Exercise instructions: Beneath this line is the data. Output exactly the lines from the line with "f 354 353 282" to the line with "f 355 314 313", both ends included, and nothing more.

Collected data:
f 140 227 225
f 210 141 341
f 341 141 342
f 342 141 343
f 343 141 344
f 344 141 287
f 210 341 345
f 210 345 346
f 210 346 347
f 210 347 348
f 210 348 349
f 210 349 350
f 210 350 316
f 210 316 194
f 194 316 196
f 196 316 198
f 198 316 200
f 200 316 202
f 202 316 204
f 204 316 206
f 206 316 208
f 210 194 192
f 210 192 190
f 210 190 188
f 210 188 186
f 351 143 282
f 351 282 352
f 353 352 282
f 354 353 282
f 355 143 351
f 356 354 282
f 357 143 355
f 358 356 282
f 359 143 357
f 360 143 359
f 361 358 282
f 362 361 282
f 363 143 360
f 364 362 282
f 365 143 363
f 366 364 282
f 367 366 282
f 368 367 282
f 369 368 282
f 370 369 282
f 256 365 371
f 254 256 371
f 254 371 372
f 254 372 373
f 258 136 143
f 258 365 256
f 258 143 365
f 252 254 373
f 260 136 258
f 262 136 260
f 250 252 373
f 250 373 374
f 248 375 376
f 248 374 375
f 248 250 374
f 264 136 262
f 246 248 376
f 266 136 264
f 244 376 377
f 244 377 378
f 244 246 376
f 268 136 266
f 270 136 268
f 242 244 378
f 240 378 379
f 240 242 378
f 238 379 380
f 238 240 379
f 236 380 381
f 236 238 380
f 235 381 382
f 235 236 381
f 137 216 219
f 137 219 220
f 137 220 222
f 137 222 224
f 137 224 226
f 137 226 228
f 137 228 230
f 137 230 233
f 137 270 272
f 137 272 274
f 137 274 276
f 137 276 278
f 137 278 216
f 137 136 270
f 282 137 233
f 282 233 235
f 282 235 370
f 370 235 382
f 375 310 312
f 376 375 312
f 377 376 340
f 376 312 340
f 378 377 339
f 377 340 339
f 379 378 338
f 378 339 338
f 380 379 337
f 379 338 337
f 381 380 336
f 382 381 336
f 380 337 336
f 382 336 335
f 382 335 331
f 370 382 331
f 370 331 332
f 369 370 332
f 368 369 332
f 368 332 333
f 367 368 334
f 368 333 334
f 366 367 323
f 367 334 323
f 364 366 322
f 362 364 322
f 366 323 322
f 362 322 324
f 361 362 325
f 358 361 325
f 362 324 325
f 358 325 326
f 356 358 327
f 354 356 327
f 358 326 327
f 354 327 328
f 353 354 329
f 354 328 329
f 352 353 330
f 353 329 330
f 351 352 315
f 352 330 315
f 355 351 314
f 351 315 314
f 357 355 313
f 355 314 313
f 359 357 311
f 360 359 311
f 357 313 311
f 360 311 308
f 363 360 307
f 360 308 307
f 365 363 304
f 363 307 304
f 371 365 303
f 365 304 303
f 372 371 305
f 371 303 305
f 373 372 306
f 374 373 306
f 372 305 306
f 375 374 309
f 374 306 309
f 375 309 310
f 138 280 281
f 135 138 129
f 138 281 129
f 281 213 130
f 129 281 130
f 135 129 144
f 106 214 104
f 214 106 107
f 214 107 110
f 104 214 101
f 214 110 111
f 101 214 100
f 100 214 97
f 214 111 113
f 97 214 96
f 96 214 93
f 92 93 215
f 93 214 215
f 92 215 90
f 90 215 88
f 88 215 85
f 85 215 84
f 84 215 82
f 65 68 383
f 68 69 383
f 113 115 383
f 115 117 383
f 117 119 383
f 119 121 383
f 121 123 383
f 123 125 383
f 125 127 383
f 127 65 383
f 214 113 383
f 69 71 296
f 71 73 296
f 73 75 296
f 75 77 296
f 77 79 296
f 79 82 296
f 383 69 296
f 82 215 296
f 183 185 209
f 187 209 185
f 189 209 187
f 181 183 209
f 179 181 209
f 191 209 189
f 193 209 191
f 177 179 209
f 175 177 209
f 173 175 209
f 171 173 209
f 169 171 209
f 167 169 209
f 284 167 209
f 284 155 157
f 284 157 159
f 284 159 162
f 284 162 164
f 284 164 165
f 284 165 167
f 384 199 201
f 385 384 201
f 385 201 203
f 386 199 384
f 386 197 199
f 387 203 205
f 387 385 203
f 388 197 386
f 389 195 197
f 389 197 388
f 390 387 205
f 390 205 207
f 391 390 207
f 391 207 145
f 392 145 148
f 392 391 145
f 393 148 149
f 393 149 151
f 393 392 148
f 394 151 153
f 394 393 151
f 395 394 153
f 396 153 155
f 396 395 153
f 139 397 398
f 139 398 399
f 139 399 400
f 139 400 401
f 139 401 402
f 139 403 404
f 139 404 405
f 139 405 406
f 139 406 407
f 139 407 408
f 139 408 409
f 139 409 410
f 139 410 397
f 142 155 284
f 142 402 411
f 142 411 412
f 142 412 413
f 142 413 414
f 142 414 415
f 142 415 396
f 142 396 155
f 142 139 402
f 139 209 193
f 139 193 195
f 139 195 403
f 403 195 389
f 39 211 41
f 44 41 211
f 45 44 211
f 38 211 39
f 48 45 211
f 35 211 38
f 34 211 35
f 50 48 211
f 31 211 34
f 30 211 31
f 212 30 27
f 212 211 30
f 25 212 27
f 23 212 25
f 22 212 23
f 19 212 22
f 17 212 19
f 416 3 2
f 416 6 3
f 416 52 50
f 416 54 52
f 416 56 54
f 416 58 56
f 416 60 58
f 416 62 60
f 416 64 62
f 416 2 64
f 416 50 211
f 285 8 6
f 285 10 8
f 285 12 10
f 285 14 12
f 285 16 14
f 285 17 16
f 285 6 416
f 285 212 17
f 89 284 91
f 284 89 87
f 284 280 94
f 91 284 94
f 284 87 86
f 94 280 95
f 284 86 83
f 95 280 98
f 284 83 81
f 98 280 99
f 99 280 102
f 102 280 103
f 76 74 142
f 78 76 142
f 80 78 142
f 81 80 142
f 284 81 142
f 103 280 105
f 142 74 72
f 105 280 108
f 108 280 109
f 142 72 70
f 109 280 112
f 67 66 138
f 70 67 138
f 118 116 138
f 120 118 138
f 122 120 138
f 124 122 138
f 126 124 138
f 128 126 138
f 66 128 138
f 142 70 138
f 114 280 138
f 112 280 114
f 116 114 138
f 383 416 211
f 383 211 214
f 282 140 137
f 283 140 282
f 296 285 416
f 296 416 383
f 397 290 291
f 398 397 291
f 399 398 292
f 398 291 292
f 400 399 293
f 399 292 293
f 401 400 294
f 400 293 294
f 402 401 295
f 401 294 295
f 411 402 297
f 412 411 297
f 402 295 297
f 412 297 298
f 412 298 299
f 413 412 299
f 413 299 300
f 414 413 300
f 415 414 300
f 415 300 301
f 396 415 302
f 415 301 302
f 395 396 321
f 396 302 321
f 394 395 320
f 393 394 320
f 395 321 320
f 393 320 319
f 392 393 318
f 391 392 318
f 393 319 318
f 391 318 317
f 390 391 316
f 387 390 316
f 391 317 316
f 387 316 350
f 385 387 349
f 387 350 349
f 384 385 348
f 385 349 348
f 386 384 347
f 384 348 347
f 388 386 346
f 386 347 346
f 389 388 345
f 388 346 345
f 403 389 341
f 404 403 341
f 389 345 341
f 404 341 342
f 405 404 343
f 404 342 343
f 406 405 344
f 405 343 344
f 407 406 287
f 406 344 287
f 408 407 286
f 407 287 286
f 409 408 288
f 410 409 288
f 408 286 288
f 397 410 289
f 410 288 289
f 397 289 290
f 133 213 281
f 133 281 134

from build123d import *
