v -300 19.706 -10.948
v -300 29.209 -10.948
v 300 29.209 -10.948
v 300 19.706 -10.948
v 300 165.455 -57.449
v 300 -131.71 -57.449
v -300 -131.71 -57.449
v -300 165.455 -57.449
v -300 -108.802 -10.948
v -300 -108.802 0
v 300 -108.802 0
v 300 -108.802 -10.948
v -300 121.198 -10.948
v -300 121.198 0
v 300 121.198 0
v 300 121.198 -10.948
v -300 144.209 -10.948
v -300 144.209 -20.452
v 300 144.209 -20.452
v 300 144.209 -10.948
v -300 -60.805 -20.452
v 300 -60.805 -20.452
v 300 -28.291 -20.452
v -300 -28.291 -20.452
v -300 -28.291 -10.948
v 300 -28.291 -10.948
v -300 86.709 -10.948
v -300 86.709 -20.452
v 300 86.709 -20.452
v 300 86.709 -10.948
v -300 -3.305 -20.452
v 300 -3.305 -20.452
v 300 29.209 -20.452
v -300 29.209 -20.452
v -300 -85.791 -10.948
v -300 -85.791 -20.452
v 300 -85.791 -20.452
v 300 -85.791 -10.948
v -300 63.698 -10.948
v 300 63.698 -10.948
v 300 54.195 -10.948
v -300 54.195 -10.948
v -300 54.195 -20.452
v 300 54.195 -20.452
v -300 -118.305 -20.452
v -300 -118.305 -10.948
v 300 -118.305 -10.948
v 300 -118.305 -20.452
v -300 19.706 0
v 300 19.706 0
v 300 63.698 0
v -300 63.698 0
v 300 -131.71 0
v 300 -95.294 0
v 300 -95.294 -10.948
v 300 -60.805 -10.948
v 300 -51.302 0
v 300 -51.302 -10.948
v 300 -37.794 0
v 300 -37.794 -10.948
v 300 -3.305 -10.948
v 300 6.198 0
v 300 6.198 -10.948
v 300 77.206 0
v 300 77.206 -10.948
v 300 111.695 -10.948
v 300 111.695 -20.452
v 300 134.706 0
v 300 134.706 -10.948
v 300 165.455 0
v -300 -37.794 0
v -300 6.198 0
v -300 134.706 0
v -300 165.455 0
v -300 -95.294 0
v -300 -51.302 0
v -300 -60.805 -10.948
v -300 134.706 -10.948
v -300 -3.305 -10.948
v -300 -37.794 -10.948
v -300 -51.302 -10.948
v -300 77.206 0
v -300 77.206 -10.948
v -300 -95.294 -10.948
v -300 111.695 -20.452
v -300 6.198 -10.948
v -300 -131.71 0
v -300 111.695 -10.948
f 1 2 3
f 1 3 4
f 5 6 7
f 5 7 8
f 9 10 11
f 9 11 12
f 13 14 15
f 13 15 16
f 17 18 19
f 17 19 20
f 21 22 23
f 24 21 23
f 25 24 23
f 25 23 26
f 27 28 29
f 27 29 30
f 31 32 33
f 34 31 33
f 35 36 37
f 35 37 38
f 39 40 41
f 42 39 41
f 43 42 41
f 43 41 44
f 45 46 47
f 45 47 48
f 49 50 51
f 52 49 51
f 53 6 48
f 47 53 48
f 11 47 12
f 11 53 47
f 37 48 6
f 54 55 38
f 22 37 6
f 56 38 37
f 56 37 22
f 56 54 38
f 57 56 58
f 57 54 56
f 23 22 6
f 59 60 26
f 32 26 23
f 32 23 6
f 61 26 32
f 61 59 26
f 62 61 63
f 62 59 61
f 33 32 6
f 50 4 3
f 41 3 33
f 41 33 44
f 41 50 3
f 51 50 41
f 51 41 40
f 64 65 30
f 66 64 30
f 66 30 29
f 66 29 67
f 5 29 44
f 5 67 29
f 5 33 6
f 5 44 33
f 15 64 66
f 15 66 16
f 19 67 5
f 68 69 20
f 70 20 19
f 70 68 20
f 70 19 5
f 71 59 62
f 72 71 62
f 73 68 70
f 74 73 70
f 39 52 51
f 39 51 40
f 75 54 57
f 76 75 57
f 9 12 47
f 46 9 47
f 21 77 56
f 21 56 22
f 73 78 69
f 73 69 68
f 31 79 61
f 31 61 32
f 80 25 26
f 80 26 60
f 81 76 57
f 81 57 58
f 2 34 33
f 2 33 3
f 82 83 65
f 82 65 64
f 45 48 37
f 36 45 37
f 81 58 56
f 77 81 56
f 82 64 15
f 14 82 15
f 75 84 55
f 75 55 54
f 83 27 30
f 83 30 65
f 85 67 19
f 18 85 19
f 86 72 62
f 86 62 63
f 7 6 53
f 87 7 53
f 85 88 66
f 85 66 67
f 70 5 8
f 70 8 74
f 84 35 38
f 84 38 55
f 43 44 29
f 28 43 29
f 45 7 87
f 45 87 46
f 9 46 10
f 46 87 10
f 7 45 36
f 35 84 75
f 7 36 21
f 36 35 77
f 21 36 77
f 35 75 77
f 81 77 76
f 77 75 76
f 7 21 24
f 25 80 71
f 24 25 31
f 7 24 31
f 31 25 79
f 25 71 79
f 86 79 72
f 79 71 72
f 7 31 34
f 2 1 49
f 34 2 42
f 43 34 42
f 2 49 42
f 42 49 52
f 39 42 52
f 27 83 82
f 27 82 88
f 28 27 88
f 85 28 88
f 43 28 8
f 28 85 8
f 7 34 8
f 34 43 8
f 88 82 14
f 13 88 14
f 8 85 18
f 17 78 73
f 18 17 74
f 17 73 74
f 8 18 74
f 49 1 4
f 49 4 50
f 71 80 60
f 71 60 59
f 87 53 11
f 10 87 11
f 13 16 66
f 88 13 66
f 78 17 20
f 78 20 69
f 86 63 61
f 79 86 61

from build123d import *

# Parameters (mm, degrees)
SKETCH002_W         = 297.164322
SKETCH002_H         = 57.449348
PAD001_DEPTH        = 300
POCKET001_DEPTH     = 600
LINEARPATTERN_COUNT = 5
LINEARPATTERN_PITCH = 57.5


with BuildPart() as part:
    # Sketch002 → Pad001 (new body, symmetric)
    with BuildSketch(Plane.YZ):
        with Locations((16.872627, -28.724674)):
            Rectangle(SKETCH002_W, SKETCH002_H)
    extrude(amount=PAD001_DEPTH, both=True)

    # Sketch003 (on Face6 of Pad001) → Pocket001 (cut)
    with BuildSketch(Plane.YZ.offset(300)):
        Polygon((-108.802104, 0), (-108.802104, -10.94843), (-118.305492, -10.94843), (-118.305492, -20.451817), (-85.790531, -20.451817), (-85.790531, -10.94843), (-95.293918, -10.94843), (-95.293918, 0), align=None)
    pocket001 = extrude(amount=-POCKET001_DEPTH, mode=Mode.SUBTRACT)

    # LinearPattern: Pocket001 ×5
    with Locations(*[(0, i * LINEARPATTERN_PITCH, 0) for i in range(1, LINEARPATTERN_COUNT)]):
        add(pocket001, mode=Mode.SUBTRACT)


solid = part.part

Answer to the problem:
f 354 353 282
f 355 143 351
f 356 354 282
f 357 143 355
f 358 356 282
f 359 143 357
f 360 143 359
f 361 358 282
f 362 361 282
f 363 143 360
f 364 362 282
f 365 143 363
f 366 364 282
f 367 366 282
f 368 367 282
f 369 368 282
f 370 369 282
f 256 365 371
f 254 256 371
f 254 371 372
f 254 372 373
f 258 136 143
f 258 365 256
f 258 143 365
f 252 254 373
f 260 136 258
f 262 136 260
f 250 252 373
f 250 373 374
f 248 375 376
f 248 374 375
f 248 250 374
f 264 136 262
f 246 248 376
f 266 136 264
f 244 376 377
f 244 377 378
f 244 246 376
f 268 136 266
f 270 136 268
f 242 244 378
f 240 378 379
f 240 242 378
f 238 379 380
f 238 240 379
f 236 380 381
f 236 238 380
f 235 381 382
f 235 236 381
f 137 216 219
f 137 219 220
f 137 220 222
f 137 222 224
f 137 224 226
f 137 226 228
f 137 228 230
f 137 230 233
f 137 270 272
f 137 272 274
f 137 274 276
f 137 276 278
f 137 278 216
f 137 136 270
f 282 137 233
f 282 233 235
f 282 235 370
f 370 235 382
f 375 310 312
f 376 375 312
f 377 376 340
f 376 312 340
f 378 377 339
f 377 340 339
f 379 378 338
f 378 339 338
f 380 379 337
f 379 338 337
f 381 380 336
f 382 381 336
f 380 337 336
f 382 336 335
f 382 335 331
f 370 382 331
f 370 331 332
f 369 370 332
f 368 369 332
f 368 332 333
f 367 368 334
f 368 333 334
f 366 367 323
f 367 334 323
f 364 366 322
f 362 364 322
f 366 323 322
f 362 322 324
f 361 362 325
f 358 361 325
f 362 324 325
f 358 325 326
f 356 358 327
f 354 356 327
f 358 326 327
f 354 327 328
f 353 354 329
f 354 328 329
f 352 353 330
f 353 329 330
f 351 352 315
f 352 330 315
f 355 351 314
f 351 315 314
f 357 355 313
f 355 314 313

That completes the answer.